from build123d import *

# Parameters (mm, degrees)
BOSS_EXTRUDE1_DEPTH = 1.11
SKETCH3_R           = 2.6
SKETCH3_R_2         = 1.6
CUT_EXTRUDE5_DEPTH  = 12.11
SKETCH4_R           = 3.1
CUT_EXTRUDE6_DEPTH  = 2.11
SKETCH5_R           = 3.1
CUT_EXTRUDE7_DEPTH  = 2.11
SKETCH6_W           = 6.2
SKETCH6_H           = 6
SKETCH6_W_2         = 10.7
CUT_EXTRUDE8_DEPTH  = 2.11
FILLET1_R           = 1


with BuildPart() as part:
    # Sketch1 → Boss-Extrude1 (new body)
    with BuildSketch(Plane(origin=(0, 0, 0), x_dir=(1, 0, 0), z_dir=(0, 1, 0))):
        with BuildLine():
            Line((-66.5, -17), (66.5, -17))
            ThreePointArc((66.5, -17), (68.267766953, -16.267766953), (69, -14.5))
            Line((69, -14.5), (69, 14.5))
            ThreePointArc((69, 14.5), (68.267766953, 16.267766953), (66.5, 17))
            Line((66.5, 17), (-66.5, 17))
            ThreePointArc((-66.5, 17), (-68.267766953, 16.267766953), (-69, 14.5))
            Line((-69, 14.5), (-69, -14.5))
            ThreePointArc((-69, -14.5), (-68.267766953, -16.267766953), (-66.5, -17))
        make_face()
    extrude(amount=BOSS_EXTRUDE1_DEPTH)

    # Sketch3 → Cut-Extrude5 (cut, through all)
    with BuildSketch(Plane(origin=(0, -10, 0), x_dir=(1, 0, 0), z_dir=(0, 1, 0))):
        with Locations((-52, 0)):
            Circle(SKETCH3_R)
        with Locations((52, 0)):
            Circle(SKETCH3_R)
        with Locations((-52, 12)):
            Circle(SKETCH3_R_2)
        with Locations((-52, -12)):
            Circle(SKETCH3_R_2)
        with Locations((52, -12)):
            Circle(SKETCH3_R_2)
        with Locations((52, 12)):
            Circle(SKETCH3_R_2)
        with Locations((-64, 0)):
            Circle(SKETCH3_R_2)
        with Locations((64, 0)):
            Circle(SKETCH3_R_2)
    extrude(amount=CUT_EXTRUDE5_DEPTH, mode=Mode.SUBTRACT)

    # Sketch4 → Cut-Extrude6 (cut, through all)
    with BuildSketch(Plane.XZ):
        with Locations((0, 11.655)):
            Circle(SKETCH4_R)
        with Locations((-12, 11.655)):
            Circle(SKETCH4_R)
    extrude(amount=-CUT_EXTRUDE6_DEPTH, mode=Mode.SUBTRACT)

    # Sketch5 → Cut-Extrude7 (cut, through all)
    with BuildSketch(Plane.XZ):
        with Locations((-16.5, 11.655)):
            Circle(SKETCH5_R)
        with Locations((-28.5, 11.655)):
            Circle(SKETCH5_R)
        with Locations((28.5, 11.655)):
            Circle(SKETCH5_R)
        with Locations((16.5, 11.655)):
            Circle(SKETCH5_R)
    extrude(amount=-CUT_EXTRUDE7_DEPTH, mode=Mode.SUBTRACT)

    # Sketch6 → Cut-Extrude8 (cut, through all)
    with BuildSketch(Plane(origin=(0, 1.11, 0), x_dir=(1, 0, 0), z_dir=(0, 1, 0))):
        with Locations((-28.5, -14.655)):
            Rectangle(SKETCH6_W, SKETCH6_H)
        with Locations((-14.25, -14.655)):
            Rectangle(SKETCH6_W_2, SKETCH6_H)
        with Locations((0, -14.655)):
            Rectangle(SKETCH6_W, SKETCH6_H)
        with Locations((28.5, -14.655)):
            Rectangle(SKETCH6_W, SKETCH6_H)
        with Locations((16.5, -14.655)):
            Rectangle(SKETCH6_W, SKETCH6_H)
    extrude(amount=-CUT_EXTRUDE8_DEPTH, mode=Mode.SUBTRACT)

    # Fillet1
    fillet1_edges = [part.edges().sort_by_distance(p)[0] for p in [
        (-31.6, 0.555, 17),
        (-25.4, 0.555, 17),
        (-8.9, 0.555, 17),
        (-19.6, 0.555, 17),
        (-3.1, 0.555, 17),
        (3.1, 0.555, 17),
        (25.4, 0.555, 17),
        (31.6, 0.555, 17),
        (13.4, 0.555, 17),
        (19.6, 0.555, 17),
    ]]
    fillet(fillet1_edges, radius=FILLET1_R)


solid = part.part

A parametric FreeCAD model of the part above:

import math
import FreeCAD as App
import Part
import Sketcher

V = App.Vector


def edges_at(feature, points):
    """Names of the edges that pass closest to the given points."""
    edges = feature.Shape.Edges
    near = lambda p: min(range(len(edges)), key=lambda i: edges[i].distToShape(Part.Vertex(*p))[0])
    return sorted({f"Edge{near(p) + 1}" for p in points})


def add_polygon(sketch, points):
    """Adds a closed chain of lines whose ends are joined by coincident constraints."""
    first, n = sketch.GeometryCount, len(points)
    for a, b in zip(points, points[1:] + points[:1]):
        sketch.addGeometry(Part.LineSegment(App.Vector(*a, 0), App.Vector(*b, 0)), False)
    for i in range(n):
        sketch.addConstraint(Sketcher.Constraint("Coincident", first + i, 2, first + (i + 1) % n, 1))

doc = App.newDocument("Part")
body = doc.addObject("PartDesign::Body", "Body")

# Sketch on XZ plane
sketch1 = body.newObject("Sketcher::SketchObject", "Sketch")
sketch1.AttachmentSupport = (doc.getObject("XZ_Plane"), [""])
sketch1.MapMode = "FlatFace"
sketch1.addGeometry([
    Part.LineSegment(V(-66.5, 17, 0), V(66.5, 17, 0)),  # 0
    Part.ArcOfCircle(Part.Circle(V(66.5, 14.5, 0), V(0, 0, 1), 2.5), math.radians(0), math.radians(90)),  # 1
    Part.LineSegment(V(69, 14.5, 0), V(69, -14.5, 0)),  # 2
    Part.ArcOfCircle(Part.Circle(V(66.5, -14.5, 0), V(0, 0, 1), 2.5), math.radians(-90), math.radians(0)),  # 3
    Part.LineSegment(V(66.5, -17, 0), V(-66.5, -17, 0)),  # 4
    Part.ArcOfCircle(Part.Circle(V(-66.5, -14.5, 0), V(0, 0, 1), 2.5), math.radians(180), math.radians(270)),  # 5
    Part.LineSegment(V(-69, -14.5, 0), V(-69, 14.5, 0)),  # 6
    Part.ArcOfCircle(Part.Circle(V(-66.5, 14.5, 0), V(0, 0, 1), 2.5), math.radians(90), math.radians(180)),  # 7
], False)
sketch1.addConstraint([
    Sketcher.Constraint("Tangent", 0, 2, 1, 2),
    Sketcher.Constraint("Tangent", 1, 1, 2, 1),
    Sketcher.Constraint("Tangent", 2, 2, 3, 2),
    Sketcher.Constraint("Tangent", 3, 1, 4, 1),
    Sketcher.Constraint("Tangent", 4, 2, 5, 2),
    Sketcher.Constraint("Tangent", 5, 1, 6, 1),
    Sketcher.Constraint("Tangent", 6, 2, 7, 2),
    Sketcher.Constraint("Tangent", 7, 1, 0, 1),
    Sketcher.Constraint("Horizontal", 0),
    Sketcher.Constraint("Vertical", 2),
    Sketcher.Constraint("Horizontal", 4),
    Sketcher.Constraint("Vertical", 6),
    Sketcher.Constraint("Equal", 1, 3),
    Sketcher.Constraint("Equal", 3, 5),
    Sketcher.Constraint("Equal", 5, 7),
    Sketcher.Constraint("Symmetric", 1, 3, 5, 3, -1, 1),
    Sketcher.Constraint("Radius", 1, 2.5),
    Sketcher.Constraint("DistanceX", 0, 1, 0, 2, 133.0),
    Sketcher.Constraint("DistanceY", 2, 2, 2, 1, 29.0),
])
pad1 = body.newObject("PartDesign::Pad", "Pad")
pad1.Profile = sketch1
pad1.Length = 1.11
pad1.Reversed = True

# Sketch on XZ plane
sketch2 = body.newObject("Sketcher::SketchObject", "Sketch001")
sketch2.AttachmentSupport = (doc.getObject("XZ_Plane"), [""])
sketch2.MapMode = "FlatFace"
sketch2.AttachmentOffset = App.Placement(V(0, 0, 10), App.Rotation())
sketch2.addGeometry([
    Part.Circle(V(-52, 0, 0), V(0, 0, 1), 2.6),  # 0
    Part.Circle(V(52, 0, 0), V(0, 0, 1), 2.6),  # 1
    Part.Circle(V(-52, -12, 0), V(0, 0, 1), 1.6),  # 2
    Part.Circle(V(-52, 12, 0), V(0, 0, 1), 1.6),  # 3
    Part.Circle(V(52, 12, 0), V(0, 0, 1), 1.6),  # 4
    Part.Circle(V(52, -12, 0), V(0, 0, 1), 1.6),  # 5
    Part.Circle(V(-64, 0, 0), V(0, 0, 1), 1.6),  # 6
    Part.Circle(V(64, 0, 0), V(0, 0, 1), 1.6),  # 7
], False)
sketch2.addConstraint([
    Sketcher.Constraint("Equal", 0, 1),
    Sketcher.Constraint("Equal", 2, 3),
    Sketcher.Constraint("Equal", 3, 4),
    Sketcher.Constraint("Equal", 4, 5),
    Sketcher.Constraint("Equal", 5, 6),
    Sketcher.Constraint("Equal", 6, 7),
    Sketcher.Constraint("Symmetric", 0, 3, 1, 3, -1, 1),
    Sketcher.Constraint("Symmetric", 2, 3, 4, 3, -1, 1),
    Sketcher.Constraint("Symmetric", 3, 3, 5, 3, -1, 1),
    Sketcher.Constraint("Symmetric", 6, 3, 7, 3, -1, 1),
    Sketcher.Constraint("Symmetric", 3, 3, 4, 3, -2),
    Sketcher.Constraint("PointOnObject", 0, 3, -1),
    Sketcher.Constraint("PointOnObject", 6, 3, -1),
    Sketcher.Constraint("Vertical", 0, 3, 2, 3),
    Sketcher.Constraint("Diameter", 0, 5.2),
    Sketcher.Constraint("Diameter", 2, 3.2),
    Sketcher.Constraint("DistanceX", 0, 3, -1, 1, 52.0),
    Sketcher.Constraint("DistanceY", 2, 3, -1, 1, 12.0),
    Sketcher.Constraint("DistanceX", 6, 3, -1, 1, 64.0),
])
pocket1 = body.newObject("PartDesign::Pocket", "Pocket")
pocket1.Profile = sketch2
pocket1.Type = "ThroughAll"

# Sketch on XZ plane
sketch3 = body.newObject("Sketcher::SketchObject", "Sketch002")
sketch3.AttachmentSupport = (doc.getObject("XZ_Plane"), [""])
sketch3.MapMode = "FlatFace"
sketch3.addGeometry([
    Part.Circle(V(0, 11.655, 0), V(0, 0, 1), 3.1),
    Part.Circle(V(-12, 11.655, 0), V(0, 0, 1), 3.1),
], False)
sketch3.addConstraint([
    Sketcher.Constraint("Equal", 0, 1),
    Sketcher.Constraint("PointOnObject", 0, 3, -2),
    Sketcher.Constraint("Horizontal", 0, 3, 1, 3),
    Sketcher.Constraint("Diameter", 0, 6.2),
    Sketcher.Constraint("DistanceX", 1, 3, -1, 1, 12.0),
    Sketcher.Constraint("DistanceY", -1, 1, 0, 3, 11.655),
])
pocket2 = body.newObject("PartDesign::Pocket", "Pocket001")
pocket2.Profile = sketch3
pocket2.Type = "ThroughAll"

# Sketch on XZ plane
sketch4 = body.newObject("Sketcher::SketchObject", "Sketch003")
sketch4.AttachmentSupport = (doc.getObject("XZ_Plane"), [""])
sketch4.MapMode = "FlatFace"
sketch4.addGeometry([
    Part.Circle(V(-16.5, 11.655, 0), V(0, 0, 1), 3.1),
    Part.Circle(V(-28.5, 11.655, 0), V(0, 0, 1), 3.1),
    Part.Circle(V(28.5, 11.655, 0), V(0, 0, 1), 3.1),
    Part.Circle(V(16.5, 11.655, 0), V(0, 0, 1), 3.1),
], False)
sketch4.addConstraint([
    Sketcher.Constraint("Equal", 0, 1),
    Sketcher.Constraint("Equal", 1, 2),
    Sketcher.Constraint("Equal", 2, 3),
    Sketcher.Constraint("Symmetric", 1, 3, 2, 3, -2),
    Sketcher.Constraint("Symmetric", 0, 3, 3, 3, -2),
    Sketcher.Constraint("Horizontal", 0, 3, 1, 3),
    Sketcher.Constraint("Diameter", 0, 6.2),
    Sketcher.Constraint("DistanceX", 1, 3, 0, 3, 12.0),
    Sketcher.Constraint("DistanceX", 0, 3, 2, 3, 45.0),
    Sketcher.Constraint("DistanceY", -1, 1, 0, 3, 11.655),
])
pocket3 = body.newObject("PartDesign::Pocket", "Pocket002")
pocket3.Profile = sketch4
pocket3.Type = "ThroughAll"

# Sketch on XZ plane
sketch5 = body.newObject("Sketcher::SketchObject", "Sketch004")
sketch5.AttachmentSupport = (doc.getObject("XZ_Plane"), [""])
sketch5.MapMode = "FlatFace"
sketch5.AttachmentOffset = App.Placement(V(0, 0, -1.11), App.Rotation())
add_polygon(sketch5, [(-31.6, 11.655), (-31.6, 17.655), (-25.4, 17.655), (-25.4, 11.655)])  # lines 0-3
add_polygon(sketch5, [(-19.6, 11.655), (-19.6, 17.655), (-8.9, 17.655), (-8.9, 11.655)])  # lines 4-7
add_polygon(sketch5, [(-3.1, 11.655), (-3.1, 17.655), (3.1, 17.655), (3.1, 11.655)])  # lines 8-11
add_polygon(sketch5, [(25.4, 11.655), (25.4, 17.655), (31.6, 17.655), (31.6, 11.655)])  # lines 12-15
add_polygon(sketch5, [(13.4, 11.655), (13.4, 17.655), (19.6, 17.655), (19.6, 11.655)])  # lines 16-19
sketch5.addConstraint([
    Sketcher.Constraint("Vertical", 0),
    Sketcher.Constraint("Horizontal", 1),
    Sketcher.Constraint("Vertical", 2),
    Sketcher.Constraint("Horizontal", 3),
    Sketcher.Constraint("Vertical", 4),
    Sketcher.Constraint("Horizontal", 5),
    Sketcher.Constraint("Vertical", 6),
    Sketcher.Constraint("Horizontal", 7),
    Sketcher.Constraint("Vertical", 8),
    Sketcher.Constraint("Horizontal", 9),
    Sketcher.Constraint("Vertical", 10),
    Sketcher.Constraint("Horizontal", 11),
    Sketcher.Constraint("Vertical", 12),
    Sketcher.Constraint("Horizontal", 13),
    Sketcher.Constraint("Vertical", 14),
    Sketcher.Constraint("Horizontal", 15),
    Sketcher.Constraint("Vertical", 16),
    Sketcher.Constraint("Horizontal", 17),
    Sketcher.Constraint("Vertical", 18),
    Sketcher.Constraint("Horizontal", 19),
    Sketcher.Constraint("Symmetric", 1, 2, 12, 2, -2),
    Sketcher.Constraint("Symmetric", 3, 2, 14, 2, -2),
    Sketcher.Constraint("Symmetric", 4, 2, 17, 2, -2),
    Sketcher.Constraint("Horizontal", 1, 2, 4, 2),
    Sketcher.Constraint("Horizontal", 3, 2, 6, 2),
    Sketcher.Constraint("Horizontal", 5, 2, 8, 2),
    Sketcher.Constraint("Horizontal", 7, 2, 10, 2),
    Sketcher.Constraint("Horizontal", 15, 2, 18, 2),
    Sketcher.Constraint("Equal", 3, 9),
    Sketcher.Constraint("Equal", 15, 17),
    Sketcher.Constraint("DistanceY", 0, 1, 0, 2, 6.0),
    Sketcher.Constraint("DistanceX", 1, 1, 1, 2, 6.2),
    Sketcher.Constraint("DistanceX", 5, 1, 5, 2, 10.7),
    Sketcher.Constraint("DistanceX", 0, 2, 4, 2, 12.0),
    Sketcher.Constraint("DistanceX", 5, 2, 9, 2, 12.0),
    Sketcher.Constraint("DistanceX", 0, 2, -1, 1, 31.6),
    Sketcher.Constraint("DistanceY", -1, 1, 0, 2, 17.655),
])
pocket4 = body.newObject("PartDesign::Pocket", "Pocket003")
pocket4.Profile = sketch5
pocket4.Type = "ThroughAll"
pocket4.Reversed = True
doc.recompute()

fillet = body.newObject("PartDesign::Fillet", "Fillet")
fillet.Base = (pocket4, edges_at(pocket4, [
    (-31.6, 0.555, 17),
    (-25.4, 0.555, 17),
    (-8.9, 0.555, 17),
    (-19.6, 0.555, 17),
    (-3.1, 0.555, 17),
    (3.1, 0.555, 17),
    (25.4, 0.555, 17),
    (31.6, 0.555, 17),
    (13.4, 0.555, 17),
    (19.6, 0.555, 17),
]))
fillet.Radius = 1

doc.recompute()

-.-.-

Instructions for the task:
Set down each line exactly as it appears, starting at the top of the data and ending at the line containing "Line((-66.5, -17), (66.5, -17))", and include no other lines.

Problem solution:
from build123d import *

# Parameters (mm, degrees)
BOSS_EXTRUDE1_DEPTH = 1.11
SKETCH3_R           = 2.6
SKETCH3_R_2         = 1.6
CUT_EXTRUDE5_DEPTH  = 12.11
SKETCH4_R           = 3.1
CUT_EXTRUDE6_DEPTH  = 2.11
SKETCH5_R           = 3.1
CUT_EXTRUDE7_DEPTH  = 2.11
SKETCH6_W           = 6.2
SKETCH6_H           = 6
SKETCH6_W_2         = 10.7
CUT_EXTRUDE8_DEPTH  = 2.11
FILLET1_R           = 1


with BuildPart() as part:
    # Sketch1 → Boss-Extrude1 (new body)
    with BuildSketch(Plane(origin=(0, 0, 0), x_dir=(1, 0, 0), z_dir=(0, 1, 0))):
        with BuildLine():
            Line((-66.5, -17), (66.5, -17))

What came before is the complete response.